I also suggest a 100 mm lens. Even with crop factor, 50/60 mm is on the short side. Given that IS is useless at 1:1, and that AF is also useless at close focus, consider the Zeiss Makroplanar 100 mm f/2.0 ZE. Image quality is WAY superior to Canon [Although I have a Canon 180MacroL, it is a lens of last resort because of lateral color issues]. The one downside is, that the Zeiss only goes to 1:2, for 1:1 you use extension tubes. On the upside, you get f/2.0, so a bright screen. 
I've used a lot of macros over the years. OM 50 & 80 mm, Nikon 105, Pentax 100, Zeiss 100 C/Y & ZE, Canon 180 and MPE 65, Schneider 180Apo (on 4x5). The Zeisses are in a class of their own. The Zeiss 100 Makroplanar is my main workhorse lens for nature/natural history.


----------



## Marsu42 (Feb 27, 2015)

Zeidora said:


> Given that IS is useless at 1:1



... agreed (though others don't) ...



Zeidora said:


> and that AF is also useless at close focus.



... but I definitely agree here.
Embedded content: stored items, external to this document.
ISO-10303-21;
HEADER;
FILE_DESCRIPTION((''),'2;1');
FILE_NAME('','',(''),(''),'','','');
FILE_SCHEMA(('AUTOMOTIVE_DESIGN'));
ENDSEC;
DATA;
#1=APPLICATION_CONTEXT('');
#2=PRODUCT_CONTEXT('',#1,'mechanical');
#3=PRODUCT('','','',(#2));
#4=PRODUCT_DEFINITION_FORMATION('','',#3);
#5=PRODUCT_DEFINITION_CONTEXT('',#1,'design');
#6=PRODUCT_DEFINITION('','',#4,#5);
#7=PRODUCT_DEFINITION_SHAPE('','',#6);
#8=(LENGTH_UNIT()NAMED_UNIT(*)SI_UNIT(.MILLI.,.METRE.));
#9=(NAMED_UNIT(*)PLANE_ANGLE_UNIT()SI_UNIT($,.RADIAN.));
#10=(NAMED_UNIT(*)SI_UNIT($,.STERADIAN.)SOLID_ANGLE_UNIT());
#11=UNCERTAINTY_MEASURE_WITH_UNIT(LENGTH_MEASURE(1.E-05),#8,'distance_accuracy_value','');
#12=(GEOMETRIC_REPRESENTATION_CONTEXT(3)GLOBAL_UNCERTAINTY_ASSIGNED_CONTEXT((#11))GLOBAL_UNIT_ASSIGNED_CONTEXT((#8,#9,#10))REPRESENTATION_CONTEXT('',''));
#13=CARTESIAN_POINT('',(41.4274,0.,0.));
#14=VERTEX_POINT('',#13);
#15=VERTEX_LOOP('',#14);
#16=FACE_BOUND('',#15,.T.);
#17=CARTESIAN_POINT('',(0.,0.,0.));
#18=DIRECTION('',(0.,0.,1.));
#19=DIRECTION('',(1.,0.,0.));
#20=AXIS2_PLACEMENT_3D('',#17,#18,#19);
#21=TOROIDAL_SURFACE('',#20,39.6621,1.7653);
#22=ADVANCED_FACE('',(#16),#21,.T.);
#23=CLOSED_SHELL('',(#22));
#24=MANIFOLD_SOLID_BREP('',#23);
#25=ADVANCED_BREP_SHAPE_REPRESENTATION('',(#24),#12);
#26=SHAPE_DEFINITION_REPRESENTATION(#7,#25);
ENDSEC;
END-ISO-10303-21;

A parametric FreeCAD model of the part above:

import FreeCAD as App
import Part
import Sketcher
Q = App.Units.Quantity

doc = App.newDocument("Part")
body = doc.addObject("PartDesign::Body", "Body")

# Sketch on YZ plane
sketch1 = body.newObject("Sketcher::SketchObject", "Sketch")
sketch1.AttachmentSupport = (doc.getObject("YZ_Plane"), [""])
sketch1.MapMode = "FlatFace"
sketch1.addGeometry(Part.Circle(App.Vector(-39.7, 0, 0), App.Vector(0, 0, 1), 1.8), False)
sketch1.addConstraint([
    Sketcher.Constraint("PointOnObject", 0, 3, -1),
    Sketcher.Constraint("Diameter", 0, Q("0.139 in")),
    Sketcher.Constraint("DistanceX", 0, 3, -1, 1, Q("1.5615 in")),
])
revolution = body.newObject("PartDesign::Revolution", "Revolution")
revolution.Profile = sketch1
revolution.ReferenceAxis = (sketch1, ["V_Axis"])
revolution.Angle = 360

doc.recompute()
Sure enough the keeper rate is very low with a very thin dof, but for example with shooting butterfly macros (i.e. really near or at 1:1) doing ~5 quick attempts to nail the focus it usually works.

I have no idea how I'd do that with manual focus because if you're in the real outdoors lying on the ground with a live animal, it's about speed. Esp. with the very small viewfinder of a crop camera, mf would be really tricky.


----------



## Zeidora (Mar 1, 2015)

Marsu42 said:


> Zeidora said:
> 
> 
> > Given that IS is useless at 1:1
> ...



Very simple. Keep focus = magnification fixed, move camera to/from subject, look at ground glass, shoot, shoot, shoot. If you know that AF is off, you are forced to look at viewfinder and make decisions. Keeper rate is low at any rate, but these days, no problem. 
Also consider that the MPE 65 is MF only, so somehow it must be possible to do macro with MF lens. Just did a Cyclosa spider last week. Then flash is of the essence (MT 24 EX).


----------



## Marsu42 (Mar 1, 2015)

Zeidora said:


> look at ground glass



You're right, this is an alternative, I nearly forgot about it. I use it to shoot macros of frog eyes as the dof is so tiny the af will never work. Imho it really depends on the vf size, for example I find it easier with my 6d than 60d. And for anything with less magnification, arguably af works better the larger the distance gets.

Another drawback of the fixed focus approach that you have to move the camera back and forth, this can be a problem if you're lying in the ground or standing waist-high in water and would rather keep a stable position .


----------



## Zeidora (Mar 1, 2015)

Marsu42 said:


> Zeidora said:
> 
> 
> > look at ground glass
> ...



"Movement" to get focus is on the order of a few millimeters, maybe a cm back and forth. No problem standing in water or lying on the ground. If you think about scaring animals off with movement, I'd be more concerned with rapid movement of lens parts under AF, than slow and controlled body/camera movement. I wouldn't do it on a tight rope, but then there are other reasons for not doing macro on a high wire


----------



## verysimplejason (Mar 1, 2015)

I'll not argue with the technical differences between 60mm EFS, 100mm USM, 100mm L USM IS. I had used the non-L 100 only both on my 6D and 500D. The only advice I'll give you is to invest in a good macro lighting equipment as it is arguably more useful for macro shots. Rarely I've used a tripod because it's very hard to tell insects to stay put. Another thing is to perfect your breathing techniques when taking macro shots. Please find below some shots taking with my 100mm USM. Some are taken wide-open. Holding your breath while taking a shot is very important to keep your hands steady. I guess that's what we call human IS.


----------



## SUNDOG04 (Mar 1, 2015)

I have the 50 compact macro and the 100L macro that I use on a 40D. I would certainly recommend the 60 over the ancient 50 macro, although optically it is excellent and cheap. 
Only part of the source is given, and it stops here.